By Eric Hanushek, Dean T. Jamison, Eliot A. Jamison and Ludger Woessmann
It's not just going to school but learning that matters
Even before and certainly ever since the
1983 release of A Nation at Risk by the National Commission on Excellence in Education,
national economic competitiveness has been offered as a primary reason for
pushing school reform. The commission warned, “If only to keep and
improve on the slim competitive edge we still retain in world markets, we
must dedicate ourselves to the reform of our educational system for the
benefit of all—old and young alike, affluent and poor, majority and
minority.” Responding to these urgent words, the National Governors
Association, in 1989, pledged that U.S. students would lead the world in
math and science achievement by 2000.
According to the latest international math and science
assessment conducted by the Organisation of Economic Co-operation and
Development’s (OECD) Programme for International Student Assessment
(PISA) (see Figure 1), the United States remains a long distance from that
target. Rather than worrying about the consequences, some have begun to
question what all the fuss was about. Education researcher Gerald Bracey,
for example, has argued that no one has “provided any data on the
relationship between the economy’s health and the performance of
schools. Our long economic boom suggests there isn’t one—or
that our schools are better than the critics claim.”
Truth be told, the Bracey critique is not entirely
misplaced. Most commentators rely more on the commonsense understanding
that countries must have good schools to succeed economically rather than
presenting conclusive empirical evidence that connects what students learn
in school to what subsequently happens in a nation’s economy. Even
economists, the people who think the most systematically about the way in
which “human capital” affects a nation’s economic future,
have skirted the heart of the question by looking only at “school
attainment,” namely the average number of years students remain in
school.
Using average years of schooling as an indicator of a
country’s human capital has at least two major drawbacks. First and
foremost, the approach assumes that students in diverse school systems
around the world receive the same educational benefits from a year of
schooling. A year of schooling in Papua New Guinea and a year of schooling
in Japan are treated as equally productive.
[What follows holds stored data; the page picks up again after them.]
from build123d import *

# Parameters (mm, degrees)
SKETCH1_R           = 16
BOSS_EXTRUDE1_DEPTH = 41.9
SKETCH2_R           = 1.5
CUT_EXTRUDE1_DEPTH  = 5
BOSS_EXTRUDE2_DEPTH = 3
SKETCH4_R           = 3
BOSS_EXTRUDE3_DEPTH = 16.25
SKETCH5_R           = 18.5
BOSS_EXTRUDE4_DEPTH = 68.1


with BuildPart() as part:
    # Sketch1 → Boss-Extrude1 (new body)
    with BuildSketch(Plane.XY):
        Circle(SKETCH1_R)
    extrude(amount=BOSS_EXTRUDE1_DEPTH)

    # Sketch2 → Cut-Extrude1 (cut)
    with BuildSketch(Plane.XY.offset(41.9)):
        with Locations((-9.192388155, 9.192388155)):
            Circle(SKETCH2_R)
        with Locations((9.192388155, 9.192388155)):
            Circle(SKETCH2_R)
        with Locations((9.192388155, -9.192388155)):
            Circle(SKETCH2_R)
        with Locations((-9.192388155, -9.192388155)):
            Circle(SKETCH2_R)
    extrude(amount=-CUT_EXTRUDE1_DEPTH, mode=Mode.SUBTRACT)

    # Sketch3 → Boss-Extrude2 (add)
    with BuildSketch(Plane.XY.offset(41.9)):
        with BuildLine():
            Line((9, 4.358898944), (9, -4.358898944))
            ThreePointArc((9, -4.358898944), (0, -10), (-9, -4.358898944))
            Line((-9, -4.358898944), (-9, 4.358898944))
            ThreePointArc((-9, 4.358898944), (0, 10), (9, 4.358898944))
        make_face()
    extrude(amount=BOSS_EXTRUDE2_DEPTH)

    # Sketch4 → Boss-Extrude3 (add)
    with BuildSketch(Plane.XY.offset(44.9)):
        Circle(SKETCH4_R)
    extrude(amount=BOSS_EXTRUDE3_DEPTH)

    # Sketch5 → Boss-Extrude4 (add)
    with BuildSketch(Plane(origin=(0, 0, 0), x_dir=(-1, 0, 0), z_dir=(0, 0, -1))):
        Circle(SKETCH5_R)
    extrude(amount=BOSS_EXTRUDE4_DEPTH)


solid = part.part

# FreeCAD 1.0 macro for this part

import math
import FreeCAD as App
import Part
import Sketcher

doc = App.newDocument("Part")
body = doc.addObject("PartDesign::Body", "Body")

# Sketch on XY plane
sketch1 = body.newObject("Sketcher::SketchObject", "Sketch")
sketch1.AttachmentSupport = (doc.getObject("XY_Plane"), [""])
sketch1.MapMode = "FlatFace"
sketch1.addGeometry(Part.Circle(App.Vector(0, 0, 0), App.Vector(0, 0, 1), 16), False)
sketch1.addConstraint([
    Sketcher.Constraint("Coincident", 0, 3, -1, 1),
    Sketcher.Constraint("Diameter", 0, 32.0),
])
pad1 = body.newObject("PartDesign::Pad", "Pad")
pad1.Profile = sketch1
pad1.Length = 41.9

# Sketch on XY plane
sketch2 = body.newObject("Sketcher::SketchObject", "Sketch001")
sketch2.AttachmentSupport = (doc.getObject("XY_Plane"), [""])
sketch2.MapMode = "FlatFace"
sketch2.AttachmentOffset = App.Placement(App.Vector(0, 0, 41.9), App.Rotation())
sketch2.addGeometry([
    Part.Circle(App.Vector(-9.192388, 9.192388, 0), App.Vector(0, 0, 1), 1.5),
    Part.Circle(App.Vector(9.192388, 9.192388, 0), App.Vector(0, 0, 1), 1.5),
    Part.Circle(App.Vector(9.192388, -9.192388, 0), App.Vector(0, 0, 1), 1.5),
    Part.Circle(App.Vector(-9.192388, -9.192388, 0), App.Vector(0, 0, 1), 1.5),
], False)
sketch2.addConstraint([
    Sketcher.Constraint("Equal", 0, 1),
    Sketcher.Constraint("Equal", 1, 2),
    Sketcher.Constraint("Equal", 2, 3),
    Sketcher.Constraint("Symmetric", 0, 3, 2, 3, -1, 1),
    Sketcher.Constraint("Symmetric", 1, 3, 3, 3, -1, 1),
    Sketcher.Constraint("Symmetric", 0, 3, 1, 3, -2),
    Sketcher.Constraint("Diameter", 0, 3.0),
    Sketcher.Constraint("DistanceX", 0, 3, -1, 1, 9.192388),
    Sketcher.Constraint("DistanceY", -1, 1, 0, 3, 9.192388),
])
pocket1 = body.newObject("PartDesign::Pocket", "Pocket")
pocket1.Profile = sketch2
pocket1.Length = 5

# Sketch on XY plane
sketch3 = body.newObject("Sketcher::SketchObject", "Sketch002")
sketch3.AttachmentSupport = (doc.getObject("XY_Plane"), [""])
sketch3.MapMode = "FlatFace"
sketch3.AttachmentOffset = App.Placement(App.Vector(0, 0, 41.9), App.Rotation())
sketch3.addGeometry([
    Part.LineSegment(App.Vector(9, -4.358899, 0), App.Vector(9, 4.358899, 0)),
    Part.ArcOfCircle(Part.Circle(App.Vector(0, 0, 0), App.Vector(0, 0, 1), 10), math.radians(25.841933), math.radians(154.158067)),
    Part.LineSegment(App.Vector(-9, 4.358899, 0), App.Vector(-9, -4.358899, 0)),
    Part.ArcOfCircle(Part.Circle(App.Vector(0, 0, 0), App.Vector(0, 0, 1), 10), math.radians(-154.158067), math.radians(-25.841933)),
], False)
sketch3.addConstraint([
    Sketcher.Constraint("Coincident", 0, 2, 1, 1),
    Sketcher.Constraint("Coincident", 1, 2, 2, 1),
    Sketcher.Constraint("Coincident", 2, 2, 3, 1),
    Sketcher.Constraint("Coincident", 3, 2, 0, 1),
    Sketcher.Constraint("Vertical", 0),
    Sketcher.Constraint("Vertical", 2),
    Sketcher.Constraint("Coincident", 1, 3, -1, 1),
    Sketcher.Constraint("Coincident", 3, 3, -1, 1),
    Sketcher.Constraint("Equal", 1, 3),
    Sketcher.Constraint("Horizontal", 0, 2, 1, 2),
    Sketcher.Constraint("Radius", 1, 10.0),
    Sketcher.Constraint("DistanceX", -1, 1, 0, 2, 9.0),
])
pad2 = body.newObject("PartDesign::Pad", "Pad001")
pad2.Profile = sketch3
pad2.Length = 3

# Sketch on XY plane
sketch4 = body.newObject("Sketcher::SketchObject", "Sketch003")
sketch4.AttachmentSupport = (doc.getObject("XY_Plane"), [""])
sketch4.MapMode = "FlatFace"
sketch4.AttachmentOffset = App.Placement(App.Vector(0, 0, 44.9), App.Rotation())
sketch4.addGeometry(Part.Circle(App.Vector(0, 0, 0), App.Vector(0, 0, 1), 3), False)
sketch4.addConstraint([
    Sketcher.Constraint("Coincident", 0, 3, -1, 1),
    Sketcher.Constraint("Diameter", 0, 6.0),
])
pad3 = body.newObject("PartDesign::Pad", "Pad002")
pad3.Profile = sketch4
pad3.Length = 16.25

# Sketch on XY plane
sketch5 = body.newObject("Sketcher::SketchObject", "Sketch004")
sketch5.AttachmentSupport = (doc.getObject("XY_Plane"), [""])
sketch5.MapMode = "FlatFace"
sketch5.addGeometry(Part.Circle(App.Vector(0, 0, 0), App.Vector(0, 0, 1), 18.5), False)
sketch5.addConstraint([
    Sketcher.Constraint("Coincident", 0, 3, -1, 1),
    Sketcher.Constraint("Diameter", 0, 37.0),
])
pad4 = body.newObject("PartDesign::Pad", "Pad003")
pad4.Profile = sketch5
pad4.Length = 68.1
pad4.Reversed = True

doc.recompute()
Second, this measure does not
account for learning that takes place outside the classroom—within
families, among peers, or via the Internet, for example.
A more direct measure of a country’s human
capital is the performance of students on tests in math and science,
something that might be called the average level of “cognitive
skills” among those entering a country’s work force. At one
time, internationally comparable information on student performance was not
available for a sufficient number of countries over a long enough period of
time to allow for systematic study, which is why economists relied upon the
less informative measures of school attainment. Now that test-score data
for many countries over an extended period of time are readily available,
it is possible to supplement measures of educational attainment with these
more direct measures of cognitive skills.
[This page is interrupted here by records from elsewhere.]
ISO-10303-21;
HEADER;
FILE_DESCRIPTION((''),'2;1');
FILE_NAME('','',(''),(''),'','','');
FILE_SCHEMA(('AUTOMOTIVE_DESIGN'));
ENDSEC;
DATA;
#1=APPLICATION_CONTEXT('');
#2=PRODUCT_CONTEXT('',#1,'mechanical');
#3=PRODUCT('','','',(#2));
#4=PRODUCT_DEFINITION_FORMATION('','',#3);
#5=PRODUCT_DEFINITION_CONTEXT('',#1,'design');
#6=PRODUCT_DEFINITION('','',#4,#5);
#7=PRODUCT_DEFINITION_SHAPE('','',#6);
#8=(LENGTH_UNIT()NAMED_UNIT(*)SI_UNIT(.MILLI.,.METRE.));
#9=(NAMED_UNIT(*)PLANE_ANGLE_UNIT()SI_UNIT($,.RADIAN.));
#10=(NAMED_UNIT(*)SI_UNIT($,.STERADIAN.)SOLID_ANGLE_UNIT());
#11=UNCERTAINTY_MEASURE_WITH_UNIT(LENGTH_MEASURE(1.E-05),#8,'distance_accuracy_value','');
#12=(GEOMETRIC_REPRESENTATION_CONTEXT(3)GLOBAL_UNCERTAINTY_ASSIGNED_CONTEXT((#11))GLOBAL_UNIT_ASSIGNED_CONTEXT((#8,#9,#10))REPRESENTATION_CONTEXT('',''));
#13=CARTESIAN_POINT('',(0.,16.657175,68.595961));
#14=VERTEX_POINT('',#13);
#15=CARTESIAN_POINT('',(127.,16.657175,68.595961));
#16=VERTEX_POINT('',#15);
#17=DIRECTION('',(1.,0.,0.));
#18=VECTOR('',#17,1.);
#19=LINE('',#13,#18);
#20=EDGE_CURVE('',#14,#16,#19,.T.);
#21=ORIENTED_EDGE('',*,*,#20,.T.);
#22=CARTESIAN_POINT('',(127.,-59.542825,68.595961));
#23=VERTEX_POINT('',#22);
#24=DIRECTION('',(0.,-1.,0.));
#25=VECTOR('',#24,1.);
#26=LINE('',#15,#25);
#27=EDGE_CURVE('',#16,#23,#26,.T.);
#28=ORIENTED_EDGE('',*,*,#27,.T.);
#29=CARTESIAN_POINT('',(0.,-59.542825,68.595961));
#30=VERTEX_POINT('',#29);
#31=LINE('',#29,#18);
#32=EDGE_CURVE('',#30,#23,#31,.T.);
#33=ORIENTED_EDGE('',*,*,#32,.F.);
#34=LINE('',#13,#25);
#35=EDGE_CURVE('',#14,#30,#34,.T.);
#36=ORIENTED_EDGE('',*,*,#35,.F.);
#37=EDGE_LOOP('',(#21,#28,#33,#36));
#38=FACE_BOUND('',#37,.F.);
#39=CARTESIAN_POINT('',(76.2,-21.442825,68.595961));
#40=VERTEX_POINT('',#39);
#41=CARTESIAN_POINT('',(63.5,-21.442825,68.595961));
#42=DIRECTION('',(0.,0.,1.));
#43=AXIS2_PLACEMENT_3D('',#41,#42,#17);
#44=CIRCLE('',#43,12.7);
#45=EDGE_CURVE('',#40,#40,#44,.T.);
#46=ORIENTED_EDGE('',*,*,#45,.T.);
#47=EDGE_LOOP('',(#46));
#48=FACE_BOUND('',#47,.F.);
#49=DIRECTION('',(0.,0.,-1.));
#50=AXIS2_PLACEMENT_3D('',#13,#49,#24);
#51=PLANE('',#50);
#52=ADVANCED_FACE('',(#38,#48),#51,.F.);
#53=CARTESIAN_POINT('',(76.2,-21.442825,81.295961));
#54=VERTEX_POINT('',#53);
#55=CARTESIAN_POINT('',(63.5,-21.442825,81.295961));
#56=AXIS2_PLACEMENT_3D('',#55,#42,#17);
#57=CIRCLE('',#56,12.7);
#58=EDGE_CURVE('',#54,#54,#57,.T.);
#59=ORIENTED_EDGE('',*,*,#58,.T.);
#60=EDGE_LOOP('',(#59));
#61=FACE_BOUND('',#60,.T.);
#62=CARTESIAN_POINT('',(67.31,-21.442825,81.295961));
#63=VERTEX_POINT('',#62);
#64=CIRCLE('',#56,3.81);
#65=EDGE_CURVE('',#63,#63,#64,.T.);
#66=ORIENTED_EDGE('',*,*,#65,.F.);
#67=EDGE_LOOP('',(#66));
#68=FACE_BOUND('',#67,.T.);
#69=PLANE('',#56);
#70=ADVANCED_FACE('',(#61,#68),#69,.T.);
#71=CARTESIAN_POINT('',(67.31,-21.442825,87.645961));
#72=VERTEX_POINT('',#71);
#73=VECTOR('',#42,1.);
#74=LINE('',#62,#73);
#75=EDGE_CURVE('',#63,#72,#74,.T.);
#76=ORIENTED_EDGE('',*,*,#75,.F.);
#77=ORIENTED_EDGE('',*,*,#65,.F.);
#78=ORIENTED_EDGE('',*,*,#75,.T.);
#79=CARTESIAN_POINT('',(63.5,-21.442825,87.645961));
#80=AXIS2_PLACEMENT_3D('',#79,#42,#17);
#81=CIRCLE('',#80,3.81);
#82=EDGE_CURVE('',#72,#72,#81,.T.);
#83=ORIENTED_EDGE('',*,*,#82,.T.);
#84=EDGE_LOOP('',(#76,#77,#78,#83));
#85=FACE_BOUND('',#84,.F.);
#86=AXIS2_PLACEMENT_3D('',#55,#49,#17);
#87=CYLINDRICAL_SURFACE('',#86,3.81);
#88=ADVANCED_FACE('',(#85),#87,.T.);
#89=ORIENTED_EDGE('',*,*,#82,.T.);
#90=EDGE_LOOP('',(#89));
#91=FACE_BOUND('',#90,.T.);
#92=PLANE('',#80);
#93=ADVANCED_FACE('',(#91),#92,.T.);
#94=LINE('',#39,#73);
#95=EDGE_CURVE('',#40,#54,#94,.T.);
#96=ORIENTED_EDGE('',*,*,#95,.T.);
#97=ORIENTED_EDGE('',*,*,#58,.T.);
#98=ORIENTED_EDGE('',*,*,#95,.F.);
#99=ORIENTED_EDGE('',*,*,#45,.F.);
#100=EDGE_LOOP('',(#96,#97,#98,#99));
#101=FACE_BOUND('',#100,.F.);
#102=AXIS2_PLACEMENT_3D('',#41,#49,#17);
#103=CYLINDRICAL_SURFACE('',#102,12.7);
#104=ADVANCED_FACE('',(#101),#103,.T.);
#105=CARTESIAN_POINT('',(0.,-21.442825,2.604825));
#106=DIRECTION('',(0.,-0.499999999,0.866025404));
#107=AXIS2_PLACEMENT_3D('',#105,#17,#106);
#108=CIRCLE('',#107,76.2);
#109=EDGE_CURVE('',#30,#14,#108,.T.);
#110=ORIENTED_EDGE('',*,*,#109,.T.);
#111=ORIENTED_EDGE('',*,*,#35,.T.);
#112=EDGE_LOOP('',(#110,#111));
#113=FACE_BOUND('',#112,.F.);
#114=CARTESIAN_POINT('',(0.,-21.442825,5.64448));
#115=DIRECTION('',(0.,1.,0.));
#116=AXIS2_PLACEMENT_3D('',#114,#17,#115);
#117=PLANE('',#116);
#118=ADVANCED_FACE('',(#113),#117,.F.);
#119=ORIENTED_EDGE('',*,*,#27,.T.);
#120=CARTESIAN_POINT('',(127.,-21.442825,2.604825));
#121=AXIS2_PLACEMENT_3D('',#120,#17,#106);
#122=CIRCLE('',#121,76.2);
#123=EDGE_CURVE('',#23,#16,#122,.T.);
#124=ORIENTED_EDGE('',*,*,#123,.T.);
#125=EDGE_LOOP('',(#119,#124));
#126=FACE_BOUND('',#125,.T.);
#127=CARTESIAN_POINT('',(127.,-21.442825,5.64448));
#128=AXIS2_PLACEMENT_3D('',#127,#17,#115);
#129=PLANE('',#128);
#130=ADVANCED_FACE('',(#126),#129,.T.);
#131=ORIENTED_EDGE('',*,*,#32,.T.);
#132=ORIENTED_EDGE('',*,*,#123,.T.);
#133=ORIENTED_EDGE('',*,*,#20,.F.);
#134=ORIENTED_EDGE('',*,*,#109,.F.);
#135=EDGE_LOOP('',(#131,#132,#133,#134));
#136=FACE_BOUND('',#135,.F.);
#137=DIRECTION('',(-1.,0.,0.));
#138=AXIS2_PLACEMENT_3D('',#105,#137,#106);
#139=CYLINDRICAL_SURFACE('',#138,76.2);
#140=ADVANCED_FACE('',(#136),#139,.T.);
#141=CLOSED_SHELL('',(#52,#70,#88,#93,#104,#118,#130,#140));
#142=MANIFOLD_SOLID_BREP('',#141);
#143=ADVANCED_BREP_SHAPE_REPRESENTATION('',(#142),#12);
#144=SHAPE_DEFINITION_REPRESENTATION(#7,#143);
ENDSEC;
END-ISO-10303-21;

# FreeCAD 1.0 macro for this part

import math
import FreeCAD as App
import Part
import Sketcher
Q = App.Units.Quantity

doc = App.newDocument("Part")
body = doc.addObject("PartDesign::Body", "Body")

# Sketch on YZ plane
sketch1 = body.newObject("Sketcher::SketchObject", "Sketch")
sketch1.AttachmentSupport = (doc.getObject("YZ_Plane"), [""])
sketch1.MapMode = "FlatFace"
sketch1.addGeometry([
    Part.LineSegment(App.Vector(16.657175, 68.595961, 0), App.Vector(-59.542825, 68.595961, 0)),
    Part.ArcOfCircle(Part.Circle(App.Vector(-21.442825, 2.604825, 0), App.Vector(0, 0, 1), 76.2), math.radians(120), math.radians(420)),
], False)
sketch1.addConstraint([
    Sketcher.Constraint("Coincident", 0, 1, 1, 2),
    Sketcher.Constraint("Coincident", 1, 1, 0, 2),
    Sketcher.Constraint("Horizontal", 0),
    Sketcher.Constraint("Radius", 1, Q("3 in")),
    Sketcher.Constraint("DistanceX", 0, 2, 0, 1, Q("3 in")),
    Sketcher.Constraint("DistanceY", -1, 1, 0, 1, 68.595961),
    Sketcher.Constraint("DistanceX", 1, 3, -1, 1, 21.442825),
])
pad1 = body.newObject("PartDesign::Pad", "Pad")
pad1.Profile = sketch1
pad1.Length = Q("5 in")

# Sketch on XY plane
sketch2 = body.newObject("Sketcher::SketchObject", "Sketch001")
sketch2.AttachmentSupport = (doc.getObject("XY_Plane"), [""])
sketch2.MapMode = "FlatFace"
sketch2.AttachmentOffset = App.Placement(App.Vector(0, 0, 68.595961), App.Rotation())
sketch2.addGeometry(Part.Circle(App.Vector(63.5, -21.442825, 0), App.Vector(0, 0, 1), 12.7), False)
sketch2.addConstraint([
    Sketcher.Constraint("Diameter", 0, Q("1 in")),
    Sketcher.Constraint("DistanceX", -1, 1, 0, 3, Q("2.5 in")),
    Sketcher.Constraint("DistanceY", 0, 3, -1, 1, 21.442825),
])
pad2 = body.newObject("PartDesign::Pad", "Pad001")
pad2.Profile = sketch2
pad2.Length = Q("0.5 in")

# Sketch on XY plane
sketch3 = body.newObject("Sketcher::SketchObject", "Sketch002")
sketch3.AttachmentSupport = (doc.getObject("XY_Plane"), [""])
sketch3.MapMode = "FlatFace"
sketch3.AttachmentOffset = App.Placement(App.Vector(0, 0, 81.295961), App.Rotation())
sketch3.addGeometry(Part.Circle(App.Vector(63.5, -21.442825, 0), App.Vector(0, 0, 1), 3.81), False)
sketch3.addConstraint([
    Sketcher.Constraint("Diameter", 0, Q("0.3 in")),
    Sketcher.Constraint("DistanceX", -1, 1, 0, 3, Q("2.5 in")),
    Sketcher.Constraint("DistanceY", 0, 3, -1, 1, 21.442825),
])
pad3 = body.newObject("PartDesign::Pad", "Pad002")
pad3.Profile = sketch3
pad3.Length = Q("0.25 in")

doc.recompute()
In a series of studies conducted over several years,
the four of us have explored the role of both school attainment and
cognitive skills in economic growth. Beginning in the mid-1960s,
international agencies started conducting tests of students’
performance in mathematics and science at various grade levels. We used
performance on 12 of these standardized tests as rough measures of the
average level of cognitive skill in a given country. With this information,
we could assess how human capital relates to differences in economic growth
for 50 countries from 1960 to 2000, more countries over a longer period of
time than any previous study. We were also able to pay close attention to
institutional factors that influence economic growth, such as openness of
the economy and protection of property rights.
What we discovered gives credence to the concerns
expressed in A Nation at Risk. The level of cognitive skills of a nation’s students
has a large effect on its subsequent economic growth rate. Increasing the
average number of years of schooling attained by the labor force boosts the
economy only when increased levels of school attainment also boost
cognitive skills. In other words, it is not enough simply to spend more
time in school; something has to be learned there.
We also discovered that the size of the impact of
cognitive skills depends on whether a nation’s economy is open to
outside trade and other external influences. The more open the economy, the
more important it is that a country’s students are acquiring high
levels of cognitive skills. As the world becomes increasingly
interdependent or “flat,” to use New York Times columnist
Thomas Friedman’s familiar terminology, enhancing human capital will
become increasingly critical. As the world continues to change, the United
States can ill afford to rest easily on its past accomplishments.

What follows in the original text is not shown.